Россия вышла на первое место в мире по экспорту нефти, а на кону в борьбе с олигархами под лозунгом <Делиться надо!> стоят какие-то
несчастные три миллиарда долларов. И это при сегодняшних мировых ценах на энергоносители!
С кем, простите, предлагают поделиться олигархам? Если с <человеками>, то этого мало. А вот если с аппаратом, то в самый раз:
Что до специфических гражданских добродетелей вроде справедливости, которых требуют от человека...

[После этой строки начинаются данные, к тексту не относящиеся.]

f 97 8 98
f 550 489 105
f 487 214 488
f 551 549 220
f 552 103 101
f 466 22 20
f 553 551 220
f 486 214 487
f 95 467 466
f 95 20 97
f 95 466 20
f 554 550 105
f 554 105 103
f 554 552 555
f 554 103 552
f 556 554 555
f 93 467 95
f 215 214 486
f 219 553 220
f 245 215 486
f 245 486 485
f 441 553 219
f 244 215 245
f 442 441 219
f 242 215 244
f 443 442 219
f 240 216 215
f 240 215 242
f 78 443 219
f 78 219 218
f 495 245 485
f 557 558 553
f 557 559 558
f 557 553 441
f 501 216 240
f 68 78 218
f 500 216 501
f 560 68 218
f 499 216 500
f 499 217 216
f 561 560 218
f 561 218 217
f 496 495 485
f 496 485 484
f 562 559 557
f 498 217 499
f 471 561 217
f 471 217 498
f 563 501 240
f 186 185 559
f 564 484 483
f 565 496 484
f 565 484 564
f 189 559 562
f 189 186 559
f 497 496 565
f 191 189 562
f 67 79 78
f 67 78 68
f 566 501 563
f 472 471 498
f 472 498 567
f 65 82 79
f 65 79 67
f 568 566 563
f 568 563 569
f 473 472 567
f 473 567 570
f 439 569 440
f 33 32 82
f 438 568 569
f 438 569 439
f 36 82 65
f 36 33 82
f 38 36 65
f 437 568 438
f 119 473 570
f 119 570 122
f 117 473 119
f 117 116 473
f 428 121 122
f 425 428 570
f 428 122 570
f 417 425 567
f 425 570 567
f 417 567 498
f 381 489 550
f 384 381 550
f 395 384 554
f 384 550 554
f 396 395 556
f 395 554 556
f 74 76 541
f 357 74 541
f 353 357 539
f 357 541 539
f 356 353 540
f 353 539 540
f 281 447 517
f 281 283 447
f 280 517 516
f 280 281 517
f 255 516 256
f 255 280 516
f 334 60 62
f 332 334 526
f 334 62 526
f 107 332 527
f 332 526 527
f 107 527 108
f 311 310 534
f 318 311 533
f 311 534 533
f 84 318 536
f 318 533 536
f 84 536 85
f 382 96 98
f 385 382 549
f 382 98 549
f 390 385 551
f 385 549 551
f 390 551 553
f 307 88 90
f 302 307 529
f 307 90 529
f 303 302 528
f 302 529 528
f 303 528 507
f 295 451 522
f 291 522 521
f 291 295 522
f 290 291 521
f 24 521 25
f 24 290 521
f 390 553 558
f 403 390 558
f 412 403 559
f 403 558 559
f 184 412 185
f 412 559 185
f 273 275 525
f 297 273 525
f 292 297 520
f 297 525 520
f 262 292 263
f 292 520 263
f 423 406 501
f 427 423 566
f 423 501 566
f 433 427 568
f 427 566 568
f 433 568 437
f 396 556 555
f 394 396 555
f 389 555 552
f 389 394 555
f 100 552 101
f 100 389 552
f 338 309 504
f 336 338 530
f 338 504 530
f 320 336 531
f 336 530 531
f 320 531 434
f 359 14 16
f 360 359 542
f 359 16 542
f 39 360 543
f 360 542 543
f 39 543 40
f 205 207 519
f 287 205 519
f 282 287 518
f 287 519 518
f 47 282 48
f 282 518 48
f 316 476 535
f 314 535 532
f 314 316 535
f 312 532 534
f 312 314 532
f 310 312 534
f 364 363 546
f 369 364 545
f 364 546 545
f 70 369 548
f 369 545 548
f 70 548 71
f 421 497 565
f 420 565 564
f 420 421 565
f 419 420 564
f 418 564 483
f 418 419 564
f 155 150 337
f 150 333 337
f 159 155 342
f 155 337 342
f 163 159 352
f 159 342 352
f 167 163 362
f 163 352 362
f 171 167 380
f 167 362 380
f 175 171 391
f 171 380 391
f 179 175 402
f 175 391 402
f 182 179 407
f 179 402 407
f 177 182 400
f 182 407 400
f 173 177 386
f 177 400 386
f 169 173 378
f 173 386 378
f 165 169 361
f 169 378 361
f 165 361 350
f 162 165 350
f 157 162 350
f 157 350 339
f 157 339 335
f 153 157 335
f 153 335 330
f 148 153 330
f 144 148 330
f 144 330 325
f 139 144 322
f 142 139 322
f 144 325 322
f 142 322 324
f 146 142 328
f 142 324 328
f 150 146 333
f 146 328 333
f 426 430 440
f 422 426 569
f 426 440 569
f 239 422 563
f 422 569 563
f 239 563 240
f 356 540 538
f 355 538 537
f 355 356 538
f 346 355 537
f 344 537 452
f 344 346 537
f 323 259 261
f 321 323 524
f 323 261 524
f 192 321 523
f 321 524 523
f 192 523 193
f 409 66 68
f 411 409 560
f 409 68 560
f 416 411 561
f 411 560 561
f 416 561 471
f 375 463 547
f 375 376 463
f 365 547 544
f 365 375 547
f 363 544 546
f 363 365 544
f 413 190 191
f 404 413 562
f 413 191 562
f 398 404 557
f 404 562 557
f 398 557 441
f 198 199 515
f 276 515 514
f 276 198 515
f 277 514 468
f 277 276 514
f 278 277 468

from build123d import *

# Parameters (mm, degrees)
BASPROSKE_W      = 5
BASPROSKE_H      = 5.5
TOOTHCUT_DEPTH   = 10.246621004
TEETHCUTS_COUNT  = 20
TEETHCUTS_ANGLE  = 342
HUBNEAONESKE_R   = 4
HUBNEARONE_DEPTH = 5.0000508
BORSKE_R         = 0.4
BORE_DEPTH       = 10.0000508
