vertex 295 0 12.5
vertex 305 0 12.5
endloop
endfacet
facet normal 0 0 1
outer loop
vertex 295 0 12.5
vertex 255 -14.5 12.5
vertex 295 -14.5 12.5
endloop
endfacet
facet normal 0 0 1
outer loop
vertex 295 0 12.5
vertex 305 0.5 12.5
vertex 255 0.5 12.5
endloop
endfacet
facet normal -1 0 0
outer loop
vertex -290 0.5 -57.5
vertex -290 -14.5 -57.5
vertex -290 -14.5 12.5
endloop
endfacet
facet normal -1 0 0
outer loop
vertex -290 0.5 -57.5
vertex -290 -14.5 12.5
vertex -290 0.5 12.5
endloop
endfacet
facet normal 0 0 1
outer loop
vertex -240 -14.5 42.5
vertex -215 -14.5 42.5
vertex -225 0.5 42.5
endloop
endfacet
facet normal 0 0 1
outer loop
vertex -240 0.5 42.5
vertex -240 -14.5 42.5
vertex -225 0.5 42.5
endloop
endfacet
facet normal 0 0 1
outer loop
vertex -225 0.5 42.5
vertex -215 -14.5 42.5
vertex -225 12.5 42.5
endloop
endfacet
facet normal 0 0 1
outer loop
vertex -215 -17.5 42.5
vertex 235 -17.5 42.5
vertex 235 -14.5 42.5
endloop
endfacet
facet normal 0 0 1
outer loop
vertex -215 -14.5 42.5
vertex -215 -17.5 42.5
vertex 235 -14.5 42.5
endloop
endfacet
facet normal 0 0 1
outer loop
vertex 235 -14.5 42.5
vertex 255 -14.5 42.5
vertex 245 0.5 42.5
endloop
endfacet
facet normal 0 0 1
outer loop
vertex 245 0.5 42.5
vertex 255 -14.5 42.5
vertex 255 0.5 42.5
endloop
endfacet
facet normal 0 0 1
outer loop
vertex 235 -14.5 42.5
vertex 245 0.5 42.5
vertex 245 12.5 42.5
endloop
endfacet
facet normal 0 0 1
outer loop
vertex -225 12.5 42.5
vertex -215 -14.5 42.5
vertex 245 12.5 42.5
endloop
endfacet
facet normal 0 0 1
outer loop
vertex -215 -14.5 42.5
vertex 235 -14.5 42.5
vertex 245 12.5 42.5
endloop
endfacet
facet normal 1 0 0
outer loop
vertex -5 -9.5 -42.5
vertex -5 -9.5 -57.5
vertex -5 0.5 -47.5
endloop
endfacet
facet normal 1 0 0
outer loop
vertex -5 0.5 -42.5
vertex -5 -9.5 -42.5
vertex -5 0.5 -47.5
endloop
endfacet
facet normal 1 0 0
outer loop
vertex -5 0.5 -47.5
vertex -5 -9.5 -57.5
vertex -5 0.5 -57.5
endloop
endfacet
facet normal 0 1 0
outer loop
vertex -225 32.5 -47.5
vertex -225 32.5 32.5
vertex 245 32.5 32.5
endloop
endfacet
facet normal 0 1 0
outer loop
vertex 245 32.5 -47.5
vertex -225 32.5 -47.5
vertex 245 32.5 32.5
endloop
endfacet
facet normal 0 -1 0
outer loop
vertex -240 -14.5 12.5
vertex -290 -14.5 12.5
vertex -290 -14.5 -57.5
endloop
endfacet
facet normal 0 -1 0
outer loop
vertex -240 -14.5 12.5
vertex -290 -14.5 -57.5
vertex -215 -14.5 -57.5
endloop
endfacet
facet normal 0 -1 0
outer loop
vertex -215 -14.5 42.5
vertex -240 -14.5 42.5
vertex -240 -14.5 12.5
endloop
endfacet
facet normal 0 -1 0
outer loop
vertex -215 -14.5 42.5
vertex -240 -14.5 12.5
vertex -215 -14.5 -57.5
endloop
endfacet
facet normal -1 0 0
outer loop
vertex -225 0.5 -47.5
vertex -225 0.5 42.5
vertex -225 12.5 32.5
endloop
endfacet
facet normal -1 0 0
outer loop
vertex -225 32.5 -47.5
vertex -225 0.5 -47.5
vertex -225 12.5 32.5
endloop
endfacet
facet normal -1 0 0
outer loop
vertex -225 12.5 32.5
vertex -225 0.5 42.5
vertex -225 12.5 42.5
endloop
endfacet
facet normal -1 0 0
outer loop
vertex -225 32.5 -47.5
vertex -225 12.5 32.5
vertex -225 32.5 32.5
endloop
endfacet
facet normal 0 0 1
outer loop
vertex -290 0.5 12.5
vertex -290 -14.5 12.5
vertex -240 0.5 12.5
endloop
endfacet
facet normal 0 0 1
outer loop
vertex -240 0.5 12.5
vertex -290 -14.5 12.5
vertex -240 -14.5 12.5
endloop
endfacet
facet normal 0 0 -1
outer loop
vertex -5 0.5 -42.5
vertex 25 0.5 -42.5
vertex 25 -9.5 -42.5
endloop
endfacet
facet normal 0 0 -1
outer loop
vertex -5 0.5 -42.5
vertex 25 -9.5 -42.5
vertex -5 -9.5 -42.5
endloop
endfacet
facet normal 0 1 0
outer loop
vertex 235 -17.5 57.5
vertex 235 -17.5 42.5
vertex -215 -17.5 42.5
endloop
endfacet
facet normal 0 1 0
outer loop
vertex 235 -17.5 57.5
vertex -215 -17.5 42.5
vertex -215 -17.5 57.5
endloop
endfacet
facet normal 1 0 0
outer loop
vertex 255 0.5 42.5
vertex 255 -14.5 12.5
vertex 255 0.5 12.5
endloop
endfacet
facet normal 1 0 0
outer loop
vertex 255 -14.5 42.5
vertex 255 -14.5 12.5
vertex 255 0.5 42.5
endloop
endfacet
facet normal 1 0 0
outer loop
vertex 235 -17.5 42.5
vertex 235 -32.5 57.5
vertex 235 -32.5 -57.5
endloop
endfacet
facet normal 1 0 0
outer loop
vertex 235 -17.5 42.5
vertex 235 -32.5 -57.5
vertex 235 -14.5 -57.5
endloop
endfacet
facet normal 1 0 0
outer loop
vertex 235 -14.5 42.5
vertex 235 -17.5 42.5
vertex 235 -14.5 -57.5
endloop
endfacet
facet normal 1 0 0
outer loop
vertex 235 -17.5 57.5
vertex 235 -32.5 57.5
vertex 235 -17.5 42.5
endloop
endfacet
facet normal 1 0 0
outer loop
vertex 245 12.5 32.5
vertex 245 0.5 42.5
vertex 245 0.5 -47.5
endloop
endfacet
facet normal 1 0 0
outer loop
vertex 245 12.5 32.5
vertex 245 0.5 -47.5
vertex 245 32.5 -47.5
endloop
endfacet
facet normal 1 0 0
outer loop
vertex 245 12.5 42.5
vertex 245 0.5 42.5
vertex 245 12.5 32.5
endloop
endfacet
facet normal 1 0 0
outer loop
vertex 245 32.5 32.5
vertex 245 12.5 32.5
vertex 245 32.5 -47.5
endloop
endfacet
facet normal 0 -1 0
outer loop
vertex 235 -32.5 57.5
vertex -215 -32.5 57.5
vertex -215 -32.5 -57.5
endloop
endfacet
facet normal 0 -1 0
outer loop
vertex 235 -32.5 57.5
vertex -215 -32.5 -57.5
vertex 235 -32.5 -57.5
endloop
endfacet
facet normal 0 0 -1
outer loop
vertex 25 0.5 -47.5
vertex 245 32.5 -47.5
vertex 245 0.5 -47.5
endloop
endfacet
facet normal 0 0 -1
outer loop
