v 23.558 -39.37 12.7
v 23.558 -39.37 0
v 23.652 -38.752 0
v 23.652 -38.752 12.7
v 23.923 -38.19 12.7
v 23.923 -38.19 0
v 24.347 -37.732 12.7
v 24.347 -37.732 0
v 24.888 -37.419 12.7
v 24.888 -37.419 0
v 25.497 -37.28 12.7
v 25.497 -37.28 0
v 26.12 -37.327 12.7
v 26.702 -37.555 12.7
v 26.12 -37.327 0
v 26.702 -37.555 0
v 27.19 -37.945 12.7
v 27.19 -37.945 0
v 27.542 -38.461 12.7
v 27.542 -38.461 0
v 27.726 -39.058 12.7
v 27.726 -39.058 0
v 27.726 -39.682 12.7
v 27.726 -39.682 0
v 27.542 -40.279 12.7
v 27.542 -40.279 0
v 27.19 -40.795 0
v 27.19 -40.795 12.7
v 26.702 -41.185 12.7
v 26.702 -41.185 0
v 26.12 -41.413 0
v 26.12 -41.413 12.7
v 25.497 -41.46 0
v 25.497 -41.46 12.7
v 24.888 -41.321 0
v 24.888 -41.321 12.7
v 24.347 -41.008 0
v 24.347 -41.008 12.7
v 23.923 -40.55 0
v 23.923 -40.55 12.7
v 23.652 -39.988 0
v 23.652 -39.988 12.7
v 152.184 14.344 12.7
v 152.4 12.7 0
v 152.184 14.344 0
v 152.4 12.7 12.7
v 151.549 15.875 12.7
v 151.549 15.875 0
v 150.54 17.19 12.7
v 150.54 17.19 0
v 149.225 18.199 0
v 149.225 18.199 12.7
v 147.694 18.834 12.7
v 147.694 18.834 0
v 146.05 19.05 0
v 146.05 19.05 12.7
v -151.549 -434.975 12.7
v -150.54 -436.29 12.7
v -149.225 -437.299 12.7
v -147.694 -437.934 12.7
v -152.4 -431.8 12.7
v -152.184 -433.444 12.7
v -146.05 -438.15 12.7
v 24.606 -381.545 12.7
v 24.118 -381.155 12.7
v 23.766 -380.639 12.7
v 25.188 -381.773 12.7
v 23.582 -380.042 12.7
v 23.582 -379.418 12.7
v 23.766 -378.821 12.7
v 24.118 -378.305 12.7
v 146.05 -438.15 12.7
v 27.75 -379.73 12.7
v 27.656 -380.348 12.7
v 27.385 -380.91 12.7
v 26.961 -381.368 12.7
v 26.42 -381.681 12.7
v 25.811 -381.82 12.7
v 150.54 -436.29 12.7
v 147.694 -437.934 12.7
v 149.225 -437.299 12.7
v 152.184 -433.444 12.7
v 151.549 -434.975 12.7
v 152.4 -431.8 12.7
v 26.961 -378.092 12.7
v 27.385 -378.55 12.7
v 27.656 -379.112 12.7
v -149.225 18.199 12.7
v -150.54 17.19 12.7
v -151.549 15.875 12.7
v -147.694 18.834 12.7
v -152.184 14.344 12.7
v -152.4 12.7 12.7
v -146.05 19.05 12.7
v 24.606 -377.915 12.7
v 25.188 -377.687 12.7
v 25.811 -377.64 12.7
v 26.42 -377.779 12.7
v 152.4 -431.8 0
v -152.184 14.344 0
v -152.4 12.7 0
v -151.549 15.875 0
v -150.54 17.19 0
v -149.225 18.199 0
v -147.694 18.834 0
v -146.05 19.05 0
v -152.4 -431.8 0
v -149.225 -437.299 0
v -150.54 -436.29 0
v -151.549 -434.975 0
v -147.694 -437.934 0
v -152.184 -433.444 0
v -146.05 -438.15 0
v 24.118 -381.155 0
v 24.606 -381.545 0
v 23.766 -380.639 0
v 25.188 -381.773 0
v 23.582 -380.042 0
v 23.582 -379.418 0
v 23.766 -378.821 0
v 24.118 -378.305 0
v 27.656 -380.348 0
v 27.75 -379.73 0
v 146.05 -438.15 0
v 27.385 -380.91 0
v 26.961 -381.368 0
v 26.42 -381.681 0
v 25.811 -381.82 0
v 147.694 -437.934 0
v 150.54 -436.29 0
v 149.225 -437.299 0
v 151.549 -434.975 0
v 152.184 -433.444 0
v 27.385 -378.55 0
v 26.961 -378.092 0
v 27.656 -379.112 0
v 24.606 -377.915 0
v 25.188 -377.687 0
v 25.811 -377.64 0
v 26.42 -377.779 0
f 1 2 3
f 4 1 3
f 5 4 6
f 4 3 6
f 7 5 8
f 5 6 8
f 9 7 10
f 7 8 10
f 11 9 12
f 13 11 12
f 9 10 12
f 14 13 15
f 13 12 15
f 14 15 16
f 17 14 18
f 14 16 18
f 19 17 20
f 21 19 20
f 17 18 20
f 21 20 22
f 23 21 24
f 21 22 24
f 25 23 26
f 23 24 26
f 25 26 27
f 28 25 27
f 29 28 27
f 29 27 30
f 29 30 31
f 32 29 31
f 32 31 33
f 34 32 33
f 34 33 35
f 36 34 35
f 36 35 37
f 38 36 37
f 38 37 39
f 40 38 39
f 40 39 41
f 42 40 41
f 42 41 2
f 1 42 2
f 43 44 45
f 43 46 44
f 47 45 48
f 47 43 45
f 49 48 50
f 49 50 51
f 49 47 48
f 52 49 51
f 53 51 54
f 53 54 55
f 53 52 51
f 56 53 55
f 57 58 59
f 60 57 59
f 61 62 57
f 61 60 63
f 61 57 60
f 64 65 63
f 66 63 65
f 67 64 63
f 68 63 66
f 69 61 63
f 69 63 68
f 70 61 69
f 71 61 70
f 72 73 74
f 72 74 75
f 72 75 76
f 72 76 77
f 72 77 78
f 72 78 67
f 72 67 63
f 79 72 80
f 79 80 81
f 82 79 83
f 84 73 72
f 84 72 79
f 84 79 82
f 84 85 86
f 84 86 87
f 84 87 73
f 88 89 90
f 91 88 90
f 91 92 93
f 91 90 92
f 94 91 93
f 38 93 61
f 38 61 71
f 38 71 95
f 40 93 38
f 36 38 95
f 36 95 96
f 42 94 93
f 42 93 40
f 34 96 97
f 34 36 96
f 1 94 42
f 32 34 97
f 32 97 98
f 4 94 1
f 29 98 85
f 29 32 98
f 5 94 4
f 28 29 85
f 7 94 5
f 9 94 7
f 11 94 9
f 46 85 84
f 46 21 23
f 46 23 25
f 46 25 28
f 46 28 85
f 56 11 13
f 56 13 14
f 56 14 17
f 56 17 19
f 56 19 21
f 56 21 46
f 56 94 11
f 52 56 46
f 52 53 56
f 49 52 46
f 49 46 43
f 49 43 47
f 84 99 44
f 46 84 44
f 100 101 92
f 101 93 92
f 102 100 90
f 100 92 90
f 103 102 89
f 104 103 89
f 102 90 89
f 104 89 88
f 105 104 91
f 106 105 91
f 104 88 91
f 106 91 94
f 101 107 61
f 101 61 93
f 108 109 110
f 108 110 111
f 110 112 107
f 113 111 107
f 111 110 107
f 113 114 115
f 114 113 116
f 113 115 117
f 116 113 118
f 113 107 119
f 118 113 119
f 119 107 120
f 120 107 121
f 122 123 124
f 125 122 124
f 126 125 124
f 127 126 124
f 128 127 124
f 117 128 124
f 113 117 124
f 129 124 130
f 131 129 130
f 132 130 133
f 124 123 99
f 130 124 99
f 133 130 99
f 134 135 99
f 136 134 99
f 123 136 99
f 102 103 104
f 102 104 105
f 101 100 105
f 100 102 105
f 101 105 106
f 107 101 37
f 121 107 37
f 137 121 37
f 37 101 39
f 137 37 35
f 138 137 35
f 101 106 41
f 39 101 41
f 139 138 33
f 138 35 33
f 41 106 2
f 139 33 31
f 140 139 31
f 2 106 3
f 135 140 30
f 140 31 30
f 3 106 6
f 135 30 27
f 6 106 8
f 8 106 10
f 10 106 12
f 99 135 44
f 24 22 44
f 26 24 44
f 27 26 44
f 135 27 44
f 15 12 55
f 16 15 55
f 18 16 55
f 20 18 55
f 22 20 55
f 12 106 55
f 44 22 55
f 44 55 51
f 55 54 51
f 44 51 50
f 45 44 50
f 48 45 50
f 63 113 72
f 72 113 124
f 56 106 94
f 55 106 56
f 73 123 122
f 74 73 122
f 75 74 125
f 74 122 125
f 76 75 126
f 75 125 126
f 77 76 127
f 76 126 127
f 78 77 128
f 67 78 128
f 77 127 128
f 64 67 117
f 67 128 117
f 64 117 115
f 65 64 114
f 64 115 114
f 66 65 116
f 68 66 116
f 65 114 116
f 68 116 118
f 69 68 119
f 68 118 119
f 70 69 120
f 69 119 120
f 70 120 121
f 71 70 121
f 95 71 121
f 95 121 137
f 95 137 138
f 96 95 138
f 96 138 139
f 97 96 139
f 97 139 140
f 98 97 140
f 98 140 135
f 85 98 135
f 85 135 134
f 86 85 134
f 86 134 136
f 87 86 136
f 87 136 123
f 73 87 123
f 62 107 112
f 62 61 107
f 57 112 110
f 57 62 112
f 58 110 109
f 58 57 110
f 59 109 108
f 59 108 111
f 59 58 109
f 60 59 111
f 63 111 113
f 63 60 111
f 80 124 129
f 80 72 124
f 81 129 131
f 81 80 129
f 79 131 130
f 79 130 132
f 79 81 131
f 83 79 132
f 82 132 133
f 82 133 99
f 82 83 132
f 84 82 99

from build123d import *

# Parameters (mm, degrees)
SKETCH2_W           = 304.8
SKETCH2_H           = 457.2
BOSS_EXTRUDE1_DEPTH = 12.7
FILLET1_R           = 6.35
SKETCH4_R           = 2.0955
CUT_EXTRUDE1_DEPTH  = 465.071624321


with BuildPart() as part:
    # Sketch2 → Boss-Extrude1 (new body)
    with BuildSketch(Plane.XY):
        with Locations((0, -209.55)):
            Rectangle(SKETCH2_W, SKETCH2_H)
    extrude(amount=BOSS_EXTRUDE1_DEPTH)

    # Fillet1
    fillet1_edges = [part.edges().sort_by_distance(p)[0] for p in [
        (152.4, -438.15, 6.35),
        (-152.4, -438.15, 6.35),
        (-152.4, 19.05, 6.35),
        (152.4, 19.05, 6.35),
    ]]
    fillet(fillet1_edges, radius=FILLET1_R)

    # Sketch4 → Cut-Extrude1 (cut, through all)
    with BuildSketch(Plane(origin=(0, 0, 0), x_dir=(-1, 0, 0), z_dir=(0, 0, -1))):
        with Locations((-25.654, -39.37)):
            Circle(SKETCH4_R)
        with Locations(Location((-25.654, -379.73, 0), (0, 0, 180))):
            Circle(SKETCH4_R)
    extrude(amount=-CUT_EXTRUDE1_DEPTH, mode=Mode.SUBTRACT)


solid = part.part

Здесь уместно процитировать Бертольта Брехта: <Существуют государства, в которых чересчур превозносят справедливость. Как можно
предположить, в таких государствах особенно трудно блюсти справедливость. Многие люди исключаются из разряда блюстителей
справедливости либо потому, что они чересчур бедны и обделены, чтобы быть способными на справедливость, либо потому, что они под
справедливостью понимают что-то совсем иное, нежели помощь самим себе. Но всякая справедливость, которую требуют для кого-то
другого, мало что значит. Эти угнетённые редко прославляются в качестве друзей справедливости; им недостаёт самоотверженности. Но её
нет у них как раз из-за того, что они сами терпят нужду и угнетение:
Справедливость других, напротив, возбуждает подозрение в том, что они просто насытились, но только на данный момент, и теперь,
соответственно, заботятся о том, как будут жить в ближайшие недели или годы. Третьи опасаются, что те порядки, при которых им было
обеспечено постоянное пропитание, вызовут возмущение несправедливо обиженных. Четвёртые вступаются за права тех, кого они хотели бы
сами эксплуатировать>.
Заканчивает Брехт мысль так: <В странах, которые хорошо управляются, нет нужды ни в какой особой справедливости: В таких странах под
справедливостью понимается такой продуктивный образ действий, который уравновешивает интересы разных людей>.
Звучит, конечно, не столь возвышенно, как некрасовские строки, но зато куда менее фантастично.